I dont want to take the babies away from teh parents but i cant sleep at night thinking they are cold out there and no mother keeping them warm.

I also worry about feeding them. they pecking at my fingers for food. i have a syringe and baby rice waiting to cool. but i have not ever fed such baby pigeons, and i am scared i will hurt them.
*should i try feeding them tonight?* they look like this age i would say.
http://www.google.co.uk/imgres?imgu...n&sa=X&oi=image_result&resnum=1&ct=image&cd=1


I am going to try get up at dawn (EUGH) and put them back and hope and pray mother turns up to feed them. the fatehr doesnt usually turn up until later on in teh day.

Help any advice about making sure the parents stay with them please?


----------



## Feefo

How old are they now Simone?

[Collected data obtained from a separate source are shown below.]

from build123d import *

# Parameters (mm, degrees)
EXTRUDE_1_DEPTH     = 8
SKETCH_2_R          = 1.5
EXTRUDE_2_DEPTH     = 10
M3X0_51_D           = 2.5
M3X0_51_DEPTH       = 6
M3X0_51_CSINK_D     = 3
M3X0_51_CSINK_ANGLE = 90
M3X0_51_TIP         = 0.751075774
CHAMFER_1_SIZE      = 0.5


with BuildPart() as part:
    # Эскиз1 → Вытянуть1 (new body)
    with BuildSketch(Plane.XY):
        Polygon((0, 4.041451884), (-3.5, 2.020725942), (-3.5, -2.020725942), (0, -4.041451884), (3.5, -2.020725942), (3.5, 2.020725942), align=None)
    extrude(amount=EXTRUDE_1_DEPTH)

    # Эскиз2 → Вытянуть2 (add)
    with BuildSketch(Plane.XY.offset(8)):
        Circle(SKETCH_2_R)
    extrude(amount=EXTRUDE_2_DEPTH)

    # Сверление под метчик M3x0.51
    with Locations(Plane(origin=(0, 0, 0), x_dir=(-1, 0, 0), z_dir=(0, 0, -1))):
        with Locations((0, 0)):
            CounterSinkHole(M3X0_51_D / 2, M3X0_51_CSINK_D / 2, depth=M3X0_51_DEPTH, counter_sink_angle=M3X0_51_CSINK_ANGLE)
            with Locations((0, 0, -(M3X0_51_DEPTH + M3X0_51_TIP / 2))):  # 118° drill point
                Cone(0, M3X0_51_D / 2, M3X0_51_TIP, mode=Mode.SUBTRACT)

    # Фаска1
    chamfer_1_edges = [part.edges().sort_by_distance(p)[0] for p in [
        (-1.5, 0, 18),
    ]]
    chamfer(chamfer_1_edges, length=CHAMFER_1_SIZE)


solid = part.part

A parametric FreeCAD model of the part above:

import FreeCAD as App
import Part
import Sketcher
from FreeCAD import Vector
Q = App.Units.Quantity


def edges_at(feature, points):
    """Names of the edges that pass closest to the given points."""
    edges = feature.Shape.Edges
    near = lambda p: min(range(len(edges)), key=lambda i: edges[i].distToShape(Part.Vertex(*p))[0])
    return sorted({f"Edge{near(p) + 1}" for p in points})


def add_polygon(sketch, points):
    """Adds a closed chain of lines whose ends are joined by coincident constraints."""
    first, n = sketch.GeometryCount, len(points)
    for a, b in zip(points, points[1:] + points[:1]):
        sketch.addGeometry(Part.LineSegment(App.Vector(*a, 0), App.Vector(*b, 0)), False)
    for i in range(n):
        sketch.addConstraint(Sketcher.Constraint("Coincident", first + i, 2, first + (i + 1) % n, 1))

doc = App.newDocument("Part")
body = doc.addObject("PartDesign::Body", "Body")

# Sketch on XY plane
sketch1 = body.newObject("Sketcher::SketchObject", "Sketch")
sketch1.AttachmentSupport = (doc.getObject("XY_Plane"), [""])
sketch1.MapMode = "FlatFace"
add_polygon(sketch1, [(0, 4), (-3.5, 2), (-3.5, -2), (0, -4), (3.5, -2), (3.5, 2)])  # lines 0-5
sketch1.addConstraint([
    Sketcher.Constraint("Vertical", 1),
    Sketcher.Constraint("Vertical", 4),
    Sketcher.Constraint("Symmetric", 0, 2, 3, 2, -1, 1),
    Sketcher.Constraint("Symmetric", 2, 2, 5, 2, -1, 1),
    Sketcher.Constraint("PointOnObject", 2, 2, -2),
    Sketcher.Constraint("Parallel", 2, 5),
    Sketcher.Constraint("Horizontal", 1, 2, 3, 2),
    Sketcher.Constraint("Angle", 0, Q("-150 deg")),
    Sketcher.Constraint("DistanceX", 1, 2, 3, 2, 7.0),
    Sketcher.Constraint("DistanceY", 1, 2, 1, 1, 4.041452),
])
pad1 = body.newObject("PartDesign::Pad", "Pad")
pad1.Profile = sketch1
pad1.Length = 8

# Sketch on XY plane
sketch2 = body.newObject("Sketcher::SketchObject", "Sketch001")
sketch2.AttachmentSupport = (doc.getObject("XY_Plane"), [""])
sketch2.MapMode = "FlatFace"
sketch2.AttachmentOffset = App.Placement(Vector(0, 0, 8), App.Rotation())
sketch2.addGeometry(Part.Circle(Vector(0, 0, 0), Vector(0, 0, 1), 1.5), False)
sketch2.addConstraint([
    Sketcher.Constraint("Coincident", 0, 3, -1, 1),
    Sketcher.Constraint("Diameter", 0, 3.0),
])
pad2 = body.newObject("PartDesign::Pad", "Pad001")
pad2.Profile = sketch2
pad2.Length = 10

# Sketch on XY plane
sketch3 = body.newObject("Sketcher::SketchObject", "Sketch002")
sketch3.AttachmentSupport = (doc.getObject("XY_Plane"), [""])
sketch3.MapMode = "FlatFace"
sketch3.addGeometry(Part.Circle(Vector(0, 0, 0), Vector(0, 0, 1), 1.2), False)
sketch3.addConstraint([
    Sketcher.Constraint("Coincident", 0, 3, -1, 1),
    Sketcher.Constraint("Diameter", 0, 2.5),
])
doc.recompute()
hole = body.newObject("PartDesign::Hole", "Hole")
hole.Profile = sketch3
hole.ThreadType = "None"
hole.Diameter = 2.5
hole.DepthType = "Dimension"
hole.Depth = 6
hole.DrillPoint = "Angled"
hole.DrillPointAngle = 118
hole.HoleCutType = "Countersink"
hole.HoleCutDiameter = 3
hole.HoleCutCountersinkAngle = 90
hole.Reversed = True
doc.recompute()

chamfer = body.newObject("PartDesign::Chamfer", "Chamfer")
chamfer.Base = (hole, edges_at(hole, [(-1.5, 0, 18)]))
chamfer.Size = 0.5

doc.recompute()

The parents stop sitting on them when they are 10-14 days old, then they keep their distance returning only to feed them.

Cynthia


----------



## clawsywp

hey cynthia can u wait 1 min i will show u a photo. i wrote down whwen they hatched but i cant find it now


----------



## Lovebirds

The weather underground says it's 61 degrees there. The babies, if they are as old as the picture should be just fine outside.


----------



## clawsywp

http://www.flickr.com/photos/clawsywp/?saved=1

is 2 photos of one


----------



## clawsywp

feels colder than 16, 16 is balmy this aint balmy. it says teh lwo should be 15, what temp is too low for baby pigeons?

How come the parents leave the babies by themselves over night? I mean the parents are not any where in sight at all. Is that normal?

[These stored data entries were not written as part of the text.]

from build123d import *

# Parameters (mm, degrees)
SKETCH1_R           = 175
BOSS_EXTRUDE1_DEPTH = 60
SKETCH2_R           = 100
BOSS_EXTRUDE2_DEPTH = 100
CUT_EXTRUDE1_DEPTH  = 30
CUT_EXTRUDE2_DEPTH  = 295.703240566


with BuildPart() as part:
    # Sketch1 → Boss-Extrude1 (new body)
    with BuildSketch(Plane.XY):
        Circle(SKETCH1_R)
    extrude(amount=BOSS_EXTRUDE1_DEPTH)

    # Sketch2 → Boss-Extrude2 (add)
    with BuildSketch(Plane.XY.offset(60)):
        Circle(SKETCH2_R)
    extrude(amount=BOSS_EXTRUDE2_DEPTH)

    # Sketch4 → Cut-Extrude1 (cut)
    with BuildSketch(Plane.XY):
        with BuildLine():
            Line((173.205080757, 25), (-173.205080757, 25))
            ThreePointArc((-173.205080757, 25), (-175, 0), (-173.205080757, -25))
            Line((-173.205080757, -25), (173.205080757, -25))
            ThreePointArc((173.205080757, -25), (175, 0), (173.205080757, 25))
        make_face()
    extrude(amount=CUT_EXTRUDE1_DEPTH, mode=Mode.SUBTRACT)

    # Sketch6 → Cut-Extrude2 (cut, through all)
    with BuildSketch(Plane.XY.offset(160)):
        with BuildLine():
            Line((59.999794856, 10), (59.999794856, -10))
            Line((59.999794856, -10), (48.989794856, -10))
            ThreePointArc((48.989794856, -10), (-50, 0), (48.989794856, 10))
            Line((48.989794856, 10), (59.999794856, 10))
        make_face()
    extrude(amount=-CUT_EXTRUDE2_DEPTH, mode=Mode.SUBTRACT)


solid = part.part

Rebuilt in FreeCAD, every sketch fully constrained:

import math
import FreeCAD as App
import Part
import Sketcher
Q = App.Units.Quantity

doc = App.newDocument("Part")
body = doc.addObject("PartDesign::Body", "Body")

sketch1 = body.newObject("Sketcher::SketchObject", "Sketch")
sketch1.AttachmentSupport = (doc.getObject("XY_Plane"), [""])
sketch1.MapMode = "FlatFace"
sketch1.addGeometry(Part.Circle(App.Vector(0, 0, 0), App.Vector(0, 0, 1), 175), False)
sketch1.addConstraint(Sketcher.Constraint("Coincident", 0, 3, -1, 1))
sketch1.addConstraint(Sketcher.Constraint("Diameter", 0, Q("350 mm")))
pad1 = body.newObject("PartDesign::Pad", "Pad")
pad1.Profile = sketch1
pad1.Length = 60

sketch2 = body.newObject("Sketcher::SketchObject", "Sketch001")
sketch2.AttachmentSupport = (doc.getObject("XY_Plane"), [""])
sketch2.MapMode = "FlatFace"
sketch2.AttachmentOffset = App.Placement(App.Vector(0, 0, 60), App.Rotation())
sketch2.addGeometry(Part.Circle(App.Vector(0, 0, 0), App.Vector(0, 0, 1), 100), False)
sketch2.addConstraint(Sketcher.Constraint("Coincident", 0, 3, -1, 1))
sketch2.addConstraint(Sketcher.Constraint("Diameter", 0, Q("200 mm")))
pad2 = body.newObject("PartDesign::Pad", "Pad001")
pad2.Profile = sketch2
pad2.Length = 100

sketch3 = body.newObject("Sketcher::SketchObject", "Sketch002")
sketch3.AttachmentSupport = (doc.getObject("XY_Plane"), [""])
sketch3.MapMode = "FlatFace"
sketch3.addGeometry(Part.LineSegment(App.Vector(173, 25, 0), App.Vector(-173, 25, 0)), False)
sketch3.addGeometry(Part.ArcOfCircle(Part.Circle(App.Vector(0, 0, 0), App.Vector(0, 0, 1), 175), math.radians(171.79), math.radians(188.21)), False)
sketch3.addGeometry(Part.LineSegment(App.Vector(-173, -25, 0), App.Vector(173, -25, 0)), False)
sketch3.addGeometry(Part.ArcOfCircle(Part.Circle(App.Vector(0, 0, 0), App.Vector(0, 0, 1), 175), math.radians(-8.21), math.radians(8.21)), False)
sketch3.addConstraint(Sketcher.Constraint("Coincident", 0, 2, 1, 1))
sketch3.addConstraint(Sketcher.Constraint("Coincident", 1, 2, 2, 1))
sketch3.addConstraint(Sketcher.Constraint("Coincident", 2, 2, 3, 1))
sketch3.addConstraint(Sketcher.Constraint("Coincident", 3, 2, 0, 1))
sketch3.addConstraint(Sketcher.Constraint("Horizontal", 0))
sketch3.addConstraint(Sketcher.Constraint("Horizontal", 2))
sketch3.addConstraint(Sketcher.Constraint("Coincident", 1, 3, -1, 1))
sketch3.addConstraint(Sketcher.Constraint("Coincident", 3, 3, -1, 1))
sketch3.addConstraint(Sketcher.Constraint("Equal", 1, 3))
sketch3.addConstraint(Sketcher.Constraint("Vertical", 0, 2, 1, 2))
sketch3.addConstraint(Sketcher.Constraint("Radius", 1, Q("175 mm")))
sketch3.addConstraint(Sketcher.Constraint("DistanceY", -1, 1, 0, 2, Q("25 mm")))
pocket1 = body.newObject("PartDesign::Pocket", "Pocket")
pocket1.Profile = sketch3
pocket1.Length = 30
pocket1.Reversed = True

sketch4 = body.newObject("Sketcher::SketchObject", "Sketch003")
sketch4.AttachmentSupport = (doc.getObject("XY_Plane"), [""])
sketch4.MapMode = "FlatFace"
sketch4.AttachmentOffset = App.Placement(App.Vector(0, 0, 160), App.Rotation())
sketch4.addGeometry(Part.LineSegment(App.Vector(60, -10, 0), App.Vector(60, 10, 0)), False)
sketch4.addGeometry(Part.LineSegment(App.Vector(60, 10, 0), App.Vector(49, 10, 0)), False)
sketch4.addGeometry(Part.ArcOfCircle(Part.Circle(App.Vector(0, 0, 0), App.Vector(0, 0, 1), 50), math.radians(12), math.radians(348)), False)
sketch4.addGeometry(Part.LineSegment(App.Vector(49, -10, 0), App.Vector(60, -10, 0)), False)
sketch4.addConstraint(Sketcher.Constraint("Coincident", 0, 2, 1, 1))
sketch4.addConstraint(Sketcher.Constraint("Coincident", 1, 2, 2, 1))
sketch4.addConstraint(Sketcher.Constraint("Coincident", 2, 2, 3, 1))
sketch4.addConstraint(Sketcher.Constraint("Coincident", 3, 2, 0, 1))
sketch4.addConstraint(Sketcher.Constraint("Vertical", 0))
sketch4.addConstraint(Sketcher.Constraint("Horizontal", 1))
sketch4.addConstraint(Sketcher.Constraint("Horizontal", 3))
sketch4.addConstraint(Sketcher.Constraint("Coincident", 2, 3, -1, 1))
sketch4.addConstraint(Sketcher.Constraint("Vertical", 1, 2, 2, 2))
sketch4.addConstraint(Sketcher.Constraint("Radius", 2, Q("50 mm")))
sketch4.addConstraint(Sketcher.Constraint("DistanceY", 0, 1, 0, 2, Q("20 mm")))
sketch4.addConstraint(Sketcher.Constraint("DistanceX", 1, 2, 1, 1, Q("11.01 mm")))
pocket2 = body.newObject("PartDesign::Pocket", "Pocket001")
pocket2.Profile = sketch4
pocket2.Type = "ThroughAll"

doc.recompute()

I will put them back outside if u think that is best, but it is a bit chilly dont feel 16 out there.

I just dont want nightmares of baby pigeons dying out there while i am happy in bed all safe.

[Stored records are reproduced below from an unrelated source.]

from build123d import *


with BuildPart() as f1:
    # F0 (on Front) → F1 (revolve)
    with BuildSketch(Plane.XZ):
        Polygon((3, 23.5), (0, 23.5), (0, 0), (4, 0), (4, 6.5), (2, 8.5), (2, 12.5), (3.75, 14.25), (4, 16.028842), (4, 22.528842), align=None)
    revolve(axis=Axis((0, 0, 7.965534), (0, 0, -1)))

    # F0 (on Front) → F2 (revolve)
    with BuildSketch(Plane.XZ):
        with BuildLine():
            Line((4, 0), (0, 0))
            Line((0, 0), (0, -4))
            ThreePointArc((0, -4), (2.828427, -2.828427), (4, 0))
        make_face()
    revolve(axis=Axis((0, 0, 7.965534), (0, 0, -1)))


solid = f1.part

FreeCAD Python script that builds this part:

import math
import FreeCAD as App
import Part
import Sketcher

V = App.Vector
Q = App.Units.Quantity

doc = App.newDocument("Part")
body = doc.addObject("PartDesign::Body", "Body")

# Sketch on XZ plane
sketch1 = body.newObject("Sketcher::SketchObject", "Sketch")
sketch1.AttachmentSupport = (doc.getObject("XZ_Plane"), [""])
sketch1.MapMode = "FlatFace"
sketch1.addGeometry([
    Part.LineSegment(V(3, 23.5, 0), V(0, 23.5, 0)),  # 0
    Part.LineSegment(V(0, 23.5, 0), V(0, 0, 0)),  # 1
    Part.LineSegment(V(0, 0, 0), V(4, 0, 0)),  # 2
    Part.LineSegment(V(4, 0, 0), V(4, 6.5, 0)),  # 3
    Part.LineSegment(V(4, 6.5, 0), V(2, 8.5, 0)),  # 4
    Part.LineSegment(V(2, 8.5, 0), V(2, 12.5, 0)),  # 5
    Part.LineSegment(V(2, 12.5, 0), V(3.8, 14.2, 0)),  # 6
    Part.LineSegment(V(3.8, 14.2, 0), V(4, 16, 0)),  # 7
    Part.LineSegment(V(4, 16, 0), V(4, 22.5, 0)),  # 8
    Part.LineSegment(V(4, 22.5, 0), V(3, 23.5, 0)),  # 9
], False)
sketch1.addConstraint([
    Sketcher.Constraint("Coincident", 0, 2, 1, 1),
    Sketcher.Constraint("Coincident", 1, 2, 2, 1),
    Sketcher.Constraint("Coincident", 2, 2, 3, 1),
    Sketcher.Constraint("Coincident", 3, 2, 4, 1),
    Sketcher.Constraint("Coincident", 4, 2, 5, 1),
    Sketcher.Constraint("Coincident", 5, 2, 6, 1),
    Sketcher.Constraint("Coincident", 6, 2, 7, 1),
    Sketcher.Constraint("Coincident", 7, 2, 8, 1),
    Sketcher.Constraint("Coincident", 8, 2, 9, 1),
    Sketcher.Constraint("Coincident", 9, 2, 0, 1),
    Sketcher.Constraint("Horizontal", 0),
    Sketcher.Constraint("Vertical", 1),
    Sketcher.Constraint("Horizontal", 2),
    Sketcher.Constraint("Vertical", 3),
    Sketcher.Constraint("Vertical", 5),
    Sketcher.Constraint("Vertical", 8),
    Sketcher.Constraint("Coincident", 1, 2, -1, 1),
    Sketcher.Constraint("Perpendicular", 4, 6),
    Sketcher.Constraint("Vertical", 3, 2, 7, 2),
    Sketcher.Constraint("Equal", 2, 5),
    Sketcher.Constraint("Equal", 3, 8),
    Sketcher.Constraint("DistanceX", 0, 2, 0, 1, Q("3 mm")),
    Sketcher.Constraint("DistanceX", 2, 1, 2, 2, Q("4 mm")),
    Sketcher.Constraint("Angle", 4, Q("135 deg")),
    Sketcher.Constraint("Angle", 7, Q("81.999998 deg")),
    Sketcher.Constraint("DistanceY", 1, 2, 1, 1, Q("23.5 mm")),
    Sketcher.Constraint("DistanceY", 3, 1, 3, 2, Q("6.5 mm")),
    Sketcher.Constraint("DistanceX", -1, 1, 4, 2, Q("2 mm")),
    Sketcher.Constraint("DistanceX", -1, 1, 6, 2, Q("3.75 mm")),
])
revolution = body.newObject("PartDesign::Revolution", "Revolution")
revolution.Profile = sketch1
revolution.ReferenceAxis = (sketch1, ["V_Axis"])
revolution.Angle = 360

# Sketch on XZ plane
sketch2 = body.newObject("Sketcher::SketchObject", "Sketch001")
sketch2.AttachmentSupport = (doc.getObject("XZ_Plane"), [""])
sketch2.MapMode = "FlatFace"
sketch2.addGeometry([
    Part.LineSegment(V(4, 0, 0), V(0, 0, 0)),
    Part.LineSegment(V(0, 0, 0), V(0, -4, 0)),
    Part.ArcOfCircle(Part.Circle(V(0, 0, 0), V(0, 0, 1), 4), math.radians(-90), math.radians(0)),
], False)
sketch2.addConstraint([
    Sketcher.Constraint("Coincident", 0, 2, 1, 1),
    Sketcher.Constraint("Coincident", 1, 2, 2, 1),
    Sketcher.Constraint("Coincident", 2, 2, 0, 1),
    Sketcher.Constraint("Horizontal", 0),
    Sketcher.Constraint("Vertical", 1),
    Sketcher.Constraint("Coincident", 2, 3, -1, 1),
    Sketcher.Constraint("Coincident", 0, 2, -1, 1),
    Sketcher.Constraint("Radius", 2, Q("4 mm")),
])
revolution2 = body.newObject("PartDesign::Revolution", "Revolution001")
revolution2.Profile = sketch2
revolution2.ReferenceAxis = (sketch2, ["V_Axis"])
revolution2.Angle = 360

doc.recompute()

thanks...... is there anything i need to know about them growing up so i dont worry?


----------



## Lovebirds

Since you've got them inside already, it won't hurt anything.........you just should make sure they are back at "home" before Mom or Dad show up in the morning.


----------



## clawsywp

yeh but i am going to have to leave them other nights lol. I just worry and i couldnt have it on my concience if mother pigeon was hurt or something and they died from cold or something.
dawn is at 4.30am EUGH
i wrote down when they hatched but cant find the bit of paper.


----------



## clawsywp

thanks both of u for the help. I am a pigeon novice and have no idea of their lives how they do stuff


----------



## Lovebirds

If the parents aren't feeding them, then that's different. But at this age, the parents begin to leave them alone more and more. I raise babies in Jan, Feb and March. It's WAY colder than 61.........more like 31 degrees........and my babies do just fine. Your's are even down in a flower pot so the wind doesn't get to them and with two of them....they'll stay warm. Really they will. And every day they'll get more feathers.


----------



## clawsywp

i will pop them back outside now then. you saw the photos of them right? 
They jsut sseem so tiny and fragile and to me it seems even a chill in the air wouldnt be nice for them. I freaked out thinking the parents had run into trouble or something, had no idea they leave so much.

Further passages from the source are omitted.